You want to write an application using flow and other cocoon possibilities
because:
  a) you will have to provide a user with interface for all of this - flow is
     the sore for your eyes
  b) you will have to generate some reports/statistics and so on - pipeline
     processing would make it real fun

BUT:

1. I CAN BET MY ASS THIS IS IMPOSSIBLE TO MODEL WITH ANY O/R MAPPING TOOL.

2. Even if there is (I'm gonna have to live without my ass) I do not really
   think it is going to be any useful (and/or efficient) for advanced reports 
   (and there's a loooot of statistics to make if you just add some more
   parameters to all this).

3. the only thing cocooners say till now is: use OR mapping tool with flow, otherwise
   you break SoC, you will burn in hell! :)

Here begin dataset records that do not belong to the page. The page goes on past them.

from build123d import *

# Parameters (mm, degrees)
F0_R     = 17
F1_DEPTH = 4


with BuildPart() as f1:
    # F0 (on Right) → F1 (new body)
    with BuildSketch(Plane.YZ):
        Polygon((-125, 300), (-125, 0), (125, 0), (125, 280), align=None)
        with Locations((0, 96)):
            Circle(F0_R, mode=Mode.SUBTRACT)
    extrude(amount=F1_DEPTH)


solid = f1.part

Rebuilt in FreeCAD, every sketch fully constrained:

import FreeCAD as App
import Part
import Sketcher
Q = App.Units.Quantity

doc = App.newDocument("Part")
body = doc.addObject("PartDesign::Body", "Body")

# Sketch on YZ plane
sketch1 = body.newObject("Sketcher::SketchObject", "Sketch")
sketch1.AttachmentSupport = (doc.getObject("YZ_Plane"), [""])
sketch1.MapMode = "FlatFace"
sketch1.addGeometry([
    Part.LineSegment(App.Vector(-125, 300, 0), App.Vector(-125, 0, 0)),  # 0
    Part.LineSegment(App.Vector(-125, 0, 0), App.Vector(125, 0, 0)),  # 1
    Part.LineSegment(App.Vector(125, 0, 0), App.Vector(125, 280, 0)),  # 2
    Part.LineSegment(App.Vector(125, 280, 0), App.Vector(-125, 300, 0)),  # 3
    Part.Circle(App.Vector(0, 96, 0), App.Vector(0, 0, 1), 17),  # 4
], False)
sketch1.addConstraint([
    Sketcher.Constraint("Coincident", 0, 2, 1, 1),
    Sketcher.Constraint("Coincident", 1, 2, 2, 1),
    Sketcher.Constraint("Coincident", 2, 2, 3, 1),
    Sketcher.Constraint("Coincident", 3, 2, 0, 1),
    Sketcher.Constraint("Vertical", 0),
    Sketcher.Constraint("Horizontal", 1),
    Sketcher.Constraint("Vertical", 2),
    Sketcher.Constraint("Symmetric", 0, 2, 1, 2, -1, 1),
    Sketcher.Constraint("PointOnObject", 4, 3, -2),
    Sketcher.Constraint("Diameter", 4, Q("34 mm")),
    Sketcher.Constraint("DistanceX", 1, 1, 1, 2, Q("250 mm")),
    Sketcher.Constraint("DistanceY", 0, 2, 0, 1, Q("300 mm")),
    Sketcher.Constraint("DistanceY", 2, 1, 2, 2, Q("280 mm")),
    Sketcher.Constraint("DistanceY", -1, 1, 4, 3, Q("96 mm")),
])
pad1 = body.newObject("PartDesign::Pad", "Pad")
pad1.Profile = sketch1
pad1.Length = 4

doc.recompute()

You say: that is not something that should be built on cocoon. 
I say: cannot be more wrong - suppose the main purpose for this all are web reports
and statistics?

So the real question goes here:
Is there a clean way (in terms of SoC and all that stuff)?

and the conclusion goes here:
Not everything can be implemented with OR tool. Even if it breaks SoC maybe it
would be worth to provide developers with some not-so-clean-and-elegant
replacement but working instead.

You can always do it the hard way (prepare generators and transformers talking
to database directly through JDBC), but maybe there is a cleaner way i do not
see.

What do you think?

Hope it's not just wasting your time.